A few days ago a man called “Pretty Mike” (not sure if that is what his mother calls him) decided to attend a wedding. I’m presuming he wasn’t content with his general swag getting him the desired attention, and so he decided to put some women in dog collars. These women walk several steps in front of him as he makes his grand entrance. Of course, tongues begun to wag. Social media was set ablaze and the incident made several headlines.
Well it seems like the news reached the doorstep of Governor Ambode of Lagos State and a few days later, Mr Pretty, or is it Mr Mike, was picked up for violating Chapter 21 of the Criminal Code which deals with Offences Against Morality.
As you can imagine, Nigerians have come out in their masses to question the validity of this law and many have brought Bobrisky’s open conduct into the mix.
This article aims to highlight the key elements of the law and distinguish Bobrisky’s conduct from Pretty Mike’s conduct.
What does the law say?
Chapter 21 of the Criminal Code mostly deals with :-
- carnal knowledge against the order of nature (same sex sexual acts and sexual acts against animals);
- sexual contact with underage or incapacitated persons;
- persons in care of such persons, cited in (b) above, found guilty of encouraging these persons to engage in sexual acts;
- persons who attempt to have sexual contact with a woman against her will; and
- persons knowingly supporting prostitution or operating brothel like establishments.
The majority of this law is not applicable in this instance. However, Chapter 21 (231) of the Criminal Code goes further to say:
“any person who
- wilfully and without excuse does any indecent act in any public place; or
- wilfully does any indecent act in any place with intent to insult or offend any person;
is guilty of a misdemeanour and is liable to imprisonment for two years”
I believe Pretty Mike would fall into the category of such persons.

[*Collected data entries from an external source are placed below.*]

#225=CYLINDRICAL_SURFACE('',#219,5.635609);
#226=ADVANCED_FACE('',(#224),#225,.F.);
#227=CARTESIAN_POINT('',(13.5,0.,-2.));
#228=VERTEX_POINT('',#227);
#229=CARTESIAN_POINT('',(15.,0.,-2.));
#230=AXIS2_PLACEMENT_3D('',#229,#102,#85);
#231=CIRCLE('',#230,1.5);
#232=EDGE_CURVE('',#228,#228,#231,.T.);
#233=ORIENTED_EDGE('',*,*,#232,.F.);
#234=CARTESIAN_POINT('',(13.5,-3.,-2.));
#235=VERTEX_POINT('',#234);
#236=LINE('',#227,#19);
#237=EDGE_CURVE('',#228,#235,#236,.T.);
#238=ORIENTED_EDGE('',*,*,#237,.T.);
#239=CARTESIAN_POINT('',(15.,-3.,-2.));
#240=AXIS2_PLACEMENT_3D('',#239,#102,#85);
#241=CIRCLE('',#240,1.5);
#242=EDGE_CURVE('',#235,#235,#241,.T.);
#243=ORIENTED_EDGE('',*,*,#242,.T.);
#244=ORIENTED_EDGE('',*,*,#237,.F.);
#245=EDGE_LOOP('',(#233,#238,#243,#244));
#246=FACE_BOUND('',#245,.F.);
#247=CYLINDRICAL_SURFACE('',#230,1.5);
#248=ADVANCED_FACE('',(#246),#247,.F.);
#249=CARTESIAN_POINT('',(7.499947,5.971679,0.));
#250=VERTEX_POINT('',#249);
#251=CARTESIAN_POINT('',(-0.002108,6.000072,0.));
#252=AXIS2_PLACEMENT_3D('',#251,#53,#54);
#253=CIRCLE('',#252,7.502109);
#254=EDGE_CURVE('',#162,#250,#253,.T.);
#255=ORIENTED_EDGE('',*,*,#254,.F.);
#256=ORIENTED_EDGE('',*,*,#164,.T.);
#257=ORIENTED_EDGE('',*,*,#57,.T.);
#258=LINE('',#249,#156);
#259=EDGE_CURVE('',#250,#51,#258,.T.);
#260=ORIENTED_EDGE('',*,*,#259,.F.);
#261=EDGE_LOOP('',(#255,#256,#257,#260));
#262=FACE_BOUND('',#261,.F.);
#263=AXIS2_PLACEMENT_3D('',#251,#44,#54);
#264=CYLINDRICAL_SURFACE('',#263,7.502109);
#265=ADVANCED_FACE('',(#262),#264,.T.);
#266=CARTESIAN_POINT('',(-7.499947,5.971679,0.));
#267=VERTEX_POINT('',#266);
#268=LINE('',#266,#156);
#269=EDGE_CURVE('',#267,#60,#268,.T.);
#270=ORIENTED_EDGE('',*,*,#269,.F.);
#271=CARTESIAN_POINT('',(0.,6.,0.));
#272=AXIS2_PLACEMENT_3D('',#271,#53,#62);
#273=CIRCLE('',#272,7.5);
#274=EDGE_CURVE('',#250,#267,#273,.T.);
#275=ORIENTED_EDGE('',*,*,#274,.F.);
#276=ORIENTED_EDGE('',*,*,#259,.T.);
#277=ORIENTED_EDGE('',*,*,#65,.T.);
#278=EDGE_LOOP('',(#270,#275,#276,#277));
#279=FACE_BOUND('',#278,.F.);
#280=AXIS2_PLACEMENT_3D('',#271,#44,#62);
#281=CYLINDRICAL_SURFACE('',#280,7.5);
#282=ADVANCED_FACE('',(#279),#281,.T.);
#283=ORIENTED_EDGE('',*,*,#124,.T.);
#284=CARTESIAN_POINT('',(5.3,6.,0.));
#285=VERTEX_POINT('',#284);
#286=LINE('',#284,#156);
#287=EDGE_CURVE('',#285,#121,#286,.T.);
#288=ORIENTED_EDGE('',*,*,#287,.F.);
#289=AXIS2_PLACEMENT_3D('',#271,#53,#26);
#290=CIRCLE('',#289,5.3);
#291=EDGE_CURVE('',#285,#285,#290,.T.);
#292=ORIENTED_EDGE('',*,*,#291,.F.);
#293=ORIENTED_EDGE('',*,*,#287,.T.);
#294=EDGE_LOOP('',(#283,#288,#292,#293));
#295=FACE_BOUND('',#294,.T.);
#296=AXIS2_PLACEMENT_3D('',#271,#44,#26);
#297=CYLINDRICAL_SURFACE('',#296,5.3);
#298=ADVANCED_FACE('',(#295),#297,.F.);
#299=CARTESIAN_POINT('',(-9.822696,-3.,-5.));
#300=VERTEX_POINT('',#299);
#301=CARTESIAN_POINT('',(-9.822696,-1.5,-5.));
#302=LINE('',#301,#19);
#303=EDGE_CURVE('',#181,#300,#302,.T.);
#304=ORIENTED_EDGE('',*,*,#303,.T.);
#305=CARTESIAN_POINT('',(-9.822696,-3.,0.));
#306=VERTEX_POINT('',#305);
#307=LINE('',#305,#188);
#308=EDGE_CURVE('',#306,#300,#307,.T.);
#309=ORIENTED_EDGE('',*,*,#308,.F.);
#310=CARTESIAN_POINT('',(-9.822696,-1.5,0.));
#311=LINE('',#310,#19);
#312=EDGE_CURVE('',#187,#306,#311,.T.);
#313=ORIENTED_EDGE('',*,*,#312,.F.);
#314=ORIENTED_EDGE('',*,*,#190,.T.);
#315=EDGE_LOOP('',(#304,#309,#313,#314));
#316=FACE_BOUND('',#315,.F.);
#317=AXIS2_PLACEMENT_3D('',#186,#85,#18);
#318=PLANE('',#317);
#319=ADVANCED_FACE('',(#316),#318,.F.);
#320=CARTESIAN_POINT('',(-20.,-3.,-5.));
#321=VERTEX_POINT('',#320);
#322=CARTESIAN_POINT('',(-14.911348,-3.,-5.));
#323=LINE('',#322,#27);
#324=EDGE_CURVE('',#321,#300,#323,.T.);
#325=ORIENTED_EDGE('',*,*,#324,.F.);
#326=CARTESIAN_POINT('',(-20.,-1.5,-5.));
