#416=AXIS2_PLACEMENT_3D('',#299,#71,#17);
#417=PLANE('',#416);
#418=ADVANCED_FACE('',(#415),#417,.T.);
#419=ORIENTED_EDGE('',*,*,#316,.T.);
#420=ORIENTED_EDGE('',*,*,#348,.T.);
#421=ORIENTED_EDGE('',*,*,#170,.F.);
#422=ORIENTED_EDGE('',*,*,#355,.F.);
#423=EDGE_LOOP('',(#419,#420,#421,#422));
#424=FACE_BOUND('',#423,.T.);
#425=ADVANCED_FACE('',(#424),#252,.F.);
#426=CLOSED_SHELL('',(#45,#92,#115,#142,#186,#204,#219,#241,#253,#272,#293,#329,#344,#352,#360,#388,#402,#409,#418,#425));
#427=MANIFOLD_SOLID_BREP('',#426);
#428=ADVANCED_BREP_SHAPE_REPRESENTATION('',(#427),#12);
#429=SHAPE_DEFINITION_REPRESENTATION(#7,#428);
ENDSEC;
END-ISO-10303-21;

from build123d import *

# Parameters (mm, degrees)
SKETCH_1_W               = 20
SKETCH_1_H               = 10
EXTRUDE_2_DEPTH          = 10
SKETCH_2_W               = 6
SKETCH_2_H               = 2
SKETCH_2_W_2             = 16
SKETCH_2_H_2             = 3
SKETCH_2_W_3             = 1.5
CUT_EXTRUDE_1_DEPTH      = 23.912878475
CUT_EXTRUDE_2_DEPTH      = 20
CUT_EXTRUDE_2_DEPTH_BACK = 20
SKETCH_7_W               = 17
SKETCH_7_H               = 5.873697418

Moral obligations and citizens of the Nigerian society
Many people have described this law as vague and have questioned the rate at which it has been successfully enforced. These people have stressed that morality and indecency is a subjective matter, which often varies from individual to individual and place to place. However, I must stress that although true, there are many principals governing right and wrong behaviour which are generic and applicable to all societies. Generally, where a term is truly ambiguous the Courts will apply the reasonable man test (i.e would the reasonable man behave in such a manner if placed in the same circumstances).
An individual’s private conduct is not deemed as the concern of the government or of society at large. As Nigerian citizens, we are protected by Chapter 4 of the Nigerian Constitution which deals with Human Rights, specifically the right to privacy of all citizens and their homes. Thus, when morality is discussed it generally refers to an individual’s moral conduct as it affects the society at large. Many societies have ethical standards which, although varying from place to place, are valid and enforceable by either law, religion or social pressures.
Thus, based on this premise, as Nigerian citizens, it is established case law that we have a moral obligation to the society in which we belong to desist from conducting ourselves in a manner which might be deemed as being offensive to the people around us.
Bobrisky vs Pretty Mike
As a fallout of Pretty Mike’s conduct and his subsequent arrest, many people have exclaimed and questioned why Bobrisky has not been picked up for the same violation of Chapter 21 of the Criminal Code – Offences Against Morality. (for those who might not know, Bobrisky is heavily bleached young man who likes to dance, fixes artificial nails and wears heavy makeup)
These people are of the belief that his conduct on social media is grossly offensive and goes against the unwritten moral rules of Nigerian society.
However, here I must stress that a person’s constitutional right to freedom of expression supersedes their moral obligation to an unwritten societal rule. I know you’re probably thinking: “what about the Anti-Gay law?”; well, Bobrisky has on many occasions specifically claimed that he is not indeed gay and that his conduct on social media is purely for the pleasure of his audience and to sell his skin care products. He has emphasized that he likes wearing makeup and fixing his nails, and in many societies, this will be deemed as a way of him expressing his creativity.
To those who believe Bobrisky is gay, the onus is on you to prove it by providing evidence to support your claim.
In the case of Pretty Mike on the other hand, there is photographic and video evidence of him behaving in a manner which might be deemed by many as being highly insulative and offensive. The truth is Pretty Mike put dog collars on fellow human beings, and this act was deemed by the Lagos state Government as dehumanising. I am sure if Pretty Mike had worn the dog collar on himself I would not be addressing it right now.
A general rule in Public Relations is that there is no such thing as bad publicity; because of this, around the world we have seen people doing outrageous things for want of attention and social recognition. There is no question of a doubt in my mind that Pretty Mike is just trying to be sensational, in order to make his night club more popular. Bobrisky, too is trying to sell his creams. Guess what? We are all talking about both of them, so I think it worked.
On another note, whilst researching for this article I came across a clause in the Criminal Code which states
“Any person who conspires with another to induce any woman or girl, by means of false pretence or other fraudulent means, to permit any man to have carnal knowledge of her is guilty of a felony and is liable to imprisonment for three years”
It got me thinking about the various “Yoruba Demons” and the things they often do… but, abeg that’s another article.